MATERIAL TO PROCESS ::
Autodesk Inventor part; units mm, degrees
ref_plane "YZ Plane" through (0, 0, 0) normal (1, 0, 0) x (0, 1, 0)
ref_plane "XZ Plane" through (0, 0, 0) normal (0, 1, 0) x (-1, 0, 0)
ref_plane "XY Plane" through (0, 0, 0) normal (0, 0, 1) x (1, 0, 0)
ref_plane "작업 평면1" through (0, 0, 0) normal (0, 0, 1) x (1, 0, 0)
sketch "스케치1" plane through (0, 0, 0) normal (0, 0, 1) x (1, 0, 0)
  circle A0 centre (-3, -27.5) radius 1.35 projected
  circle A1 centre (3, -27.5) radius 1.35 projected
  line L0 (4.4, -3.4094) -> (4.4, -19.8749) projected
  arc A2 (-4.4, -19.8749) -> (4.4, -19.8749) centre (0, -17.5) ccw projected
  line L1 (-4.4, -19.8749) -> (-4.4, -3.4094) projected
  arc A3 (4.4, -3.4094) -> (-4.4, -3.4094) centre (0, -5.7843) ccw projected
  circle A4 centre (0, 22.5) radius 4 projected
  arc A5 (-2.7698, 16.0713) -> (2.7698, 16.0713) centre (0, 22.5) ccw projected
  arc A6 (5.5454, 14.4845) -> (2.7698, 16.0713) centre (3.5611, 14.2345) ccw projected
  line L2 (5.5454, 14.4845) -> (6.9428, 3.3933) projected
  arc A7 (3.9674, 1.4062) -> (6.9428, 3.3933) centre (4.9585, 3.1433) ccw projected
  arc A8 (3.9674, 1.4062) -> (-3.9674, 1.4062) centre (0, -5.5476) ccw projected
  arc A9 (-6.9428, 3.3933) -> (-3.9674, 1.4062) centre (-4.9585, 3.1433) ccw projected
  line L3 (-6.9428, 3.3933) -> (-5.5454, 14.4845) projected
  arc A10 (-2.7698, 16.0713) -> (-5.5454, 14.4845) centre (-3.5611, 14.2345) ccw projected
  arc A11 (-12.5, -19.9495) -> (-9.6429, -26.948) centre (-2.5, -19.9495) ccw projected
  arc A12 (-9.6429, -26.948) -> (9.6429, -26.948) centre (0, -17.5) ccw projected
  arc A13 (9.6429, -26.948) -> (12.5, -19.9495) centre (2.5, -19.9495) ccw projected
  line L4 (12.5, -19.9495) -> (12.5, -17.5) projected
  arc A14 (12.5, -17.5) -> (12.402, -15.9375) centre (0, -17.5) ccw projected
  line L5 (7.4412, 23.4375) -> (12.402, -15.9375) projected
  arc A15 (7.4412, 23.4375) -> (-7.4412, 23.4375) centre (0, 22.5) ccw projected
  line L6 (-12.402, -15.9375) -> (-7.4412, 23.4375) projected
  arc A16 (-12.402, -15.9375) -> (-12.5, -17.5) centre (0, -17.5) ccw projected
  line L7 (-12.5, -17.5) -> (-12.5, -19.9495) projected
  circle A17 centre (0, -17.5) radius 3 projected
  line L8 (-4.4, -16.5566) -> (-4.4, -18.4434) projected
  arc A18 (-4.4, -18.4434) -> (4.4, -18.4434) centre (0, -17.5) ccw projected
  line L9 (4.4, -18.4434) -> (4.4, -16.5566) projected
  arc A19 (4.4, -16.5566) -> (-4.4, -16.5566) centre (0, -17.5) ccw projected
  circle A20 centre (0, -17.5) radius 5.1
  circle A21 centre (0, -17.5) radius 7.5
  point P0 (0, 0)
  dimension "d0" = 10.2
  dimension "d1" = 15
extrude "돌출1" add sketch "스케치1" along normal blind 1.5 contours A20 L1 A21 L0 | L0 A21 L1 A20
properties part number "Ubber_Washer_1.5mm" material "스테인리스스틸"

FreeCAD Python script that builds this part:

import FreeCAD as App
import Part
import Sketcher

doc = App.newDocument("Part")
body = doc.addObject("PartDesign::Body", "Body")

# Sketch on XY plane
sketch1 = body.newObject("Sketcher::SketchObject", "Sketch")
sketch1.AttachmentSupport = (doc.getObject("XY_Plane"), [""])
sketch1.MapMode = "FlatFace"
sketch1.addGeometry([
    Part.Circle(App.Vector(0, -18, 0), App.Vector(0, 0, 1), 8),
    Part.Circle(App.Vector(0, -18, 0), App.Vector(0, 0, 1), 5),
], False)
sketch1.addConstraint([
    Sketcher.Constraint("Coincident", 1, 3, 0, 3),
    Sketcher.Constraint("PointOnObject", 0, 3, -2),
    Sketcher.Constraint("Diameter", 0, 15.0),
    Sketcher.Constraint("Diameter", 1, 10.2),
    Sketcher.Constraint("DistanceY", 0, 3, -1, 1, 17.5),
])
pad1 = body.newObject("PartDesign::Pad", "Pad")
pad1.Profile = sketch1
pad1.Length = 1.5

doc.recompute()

PROBLEM TO WORK ON ::
Repeat all of the data exactly. Include every line.

SOLUTION TO THIS TASK ::
Autodesk Inventor part; units mm, degrees
ref_plane "YZ Plane" through (0, 0, 0) normal (1, 0, 0) x (0, 1, 0)
ref_plane "XZ Plane" through (0, 0, 0) normal (0, 1, 0) x (-1, 0, 0)
ref_plane "XY Plane" through (0, 0, 0) normal (0, 0, 1) x (1, 0, 0)
ref_plane "작업 평면1" through (0, 0, 0) normal (0, 0, 1) x (1, 0, 0)
sketch "스케치1" plane through (0, 0, 0) normal (0, 0, 1) x (1, 0, 0)
  circle A0 centre (-3, -27.5) radius 1.35 projected
  circle A1 centre (3, -27.5) radius 1.35 projected
  line L0 (4.4, -3.4094) -> (4.4, -19.8749) projected
  arc A2 (-4.4, -19.8749) -> (4.4, -19.8749) centre (0, -17.5) ccw projected
  line L1 (-4.4, -19.8749) -> (-4.4, -3.4094) projected
  arc A3 (4.4, -3.4094) -> (-4.4, -3.4094) centre (0, -5.7843) ccw projected
  circle A4 centre (0, 22.5) radius 4 projected
  arc A5 (-2.7698, 16.0713) -> (2.7698, 16.0713) centre (0, 22.5) ccw projected
  arc A6 (5.5454, 14.4845) -> (2.7698, 16.0713) centre (3.5611, 14.2345) ccw projected
  line L2 (5.5454, 14.4845) -> (6.9428, 3.3933) projected
  arc A7 (3.9674, 1.4062) -> (6.9428, 3.3933) centre (4.9585, 3.1433) ccw projected
  arc A8 (3.9674, 1.4062) -> (-3.9674, 1.4062) centre (0, -5.5476) ccw projected
  arc A9 (-6.9428, 3.3933) -> (-3.9674, 1.4062) centre (-4.9585, 3.1433) ccw projected
  line L3 (-6.9428, 3.3933) -> (-5.5454, 14.4845) projected
  arc A10 (-2.7698, 16.0713) -> (-5.5454, 14.4845) centre (-3.5611, 14.2345) ccw projected
  arc A11 (-12.5, -19.9495) -> (-9.6429, -26.948) centre (-2.5, -19.9495) ccw projected
  arc A12 (-9.6429, -26.948) -> (9.6429, -26.948) centre (0, -17.5) ccw projected
  arc A13 (9.6429, -26.948) -> (12.5, -19.9495) centre (2.5, -19.9495) ccw projected
  line L4 (12.5, -19.9495) -> (12.5, -17.5) projected
  arc A14 (12.5, -17.5) -> (12.402, -15.9375) centre (0, -17.5) ccw projected
  line L5 (7.4412, 23.4375) -> (12.402, -15.9375) projected
  arc A15 (7.4412, 23.4375) -> (-7.4412, 23.4375) centre (0, 22.5) ccw projected
  line L6 (-12.402, -15.9375) -> (-7.4412, 23.4375) projected
  arc A16 (-12.402, -15.9375) -> (-12.5, -17.5) centre (0, -17.5) ccw projected
  line L7 (-12.5, -17.5) -> (-12.5, -19.9495) projected
  circle A17 centre (0, -17.5) radius 3 projected
  line L8 (-4.4, -16.5566) -> (-4.4, -18.4434) projected
  arc A18 (-4.4, -18.4434) -> (4.4, -18.4434) centre (0, -17.5) ccw projected
  line L9 (4.4, -18.4434) -> (4.4, -16.5566) projected
  arc A19 (4.4, -16.5566) -> (-4.4, -16.5566) centre (0, -17.5) ccw projected
  circle A20 centre (0, -17.5) radius 5.1
  circle A21 centre (0, -17.5) radius 7.5
  point P0 (0, 0)
  dimension "d0" = 10.2
  dimension "d1" = 15
extrude "돌출1" add sketch "스케치1" along normal blind 1.5 contours A20 L1 A21 L0 | L0 A21 L1 A20
properties part number "Ubber_Washer_1.5mm" material "스테인리스스틸"

FreeCAD Python script that builds this part:

import FreeCAD as App
import Part
import Sketcher

doc = App.newDocument("Part")
body = doc.addObject("PartDesign::Body", "Body")

# Sketch on XY plane
sketch1 = body.newObject("Sketcher::SketchObject", "Sketch")
sketch1.AttachmentSupport = (doc.getObject("XY_Plane"), [""])
sketch1.MapMode = "FlatFace"
sketch1.addGeometry([
    Part.Circle(App.Vector(0, -18, 0), App.Vector(0, 0, 1), 8),
    Part.Circle(App.Vector(0, -18, 0), App.Vector(0, 0, 1), 5),
], False)
sketch1.addConstraint([
    Sketcher.Constraint("Coincident", 1, 3, 0, 3),
    Sketcher.Constraint("PointOnObject", 0, 3, -2),
    Sketcher.Constraint("Diameter", 0, 15.0),
    Sketcher.Constraint("Diameter", 1, 10.2),
    Sketcher.Constraint("DistanceY", 0, 3, -1, 1, 17.5),
])
pad1 = body.newObject("PartDesign::Pad", "Pad")
pad1.Profile = sketch1
pad1.Length = 1.5

doc.recompute()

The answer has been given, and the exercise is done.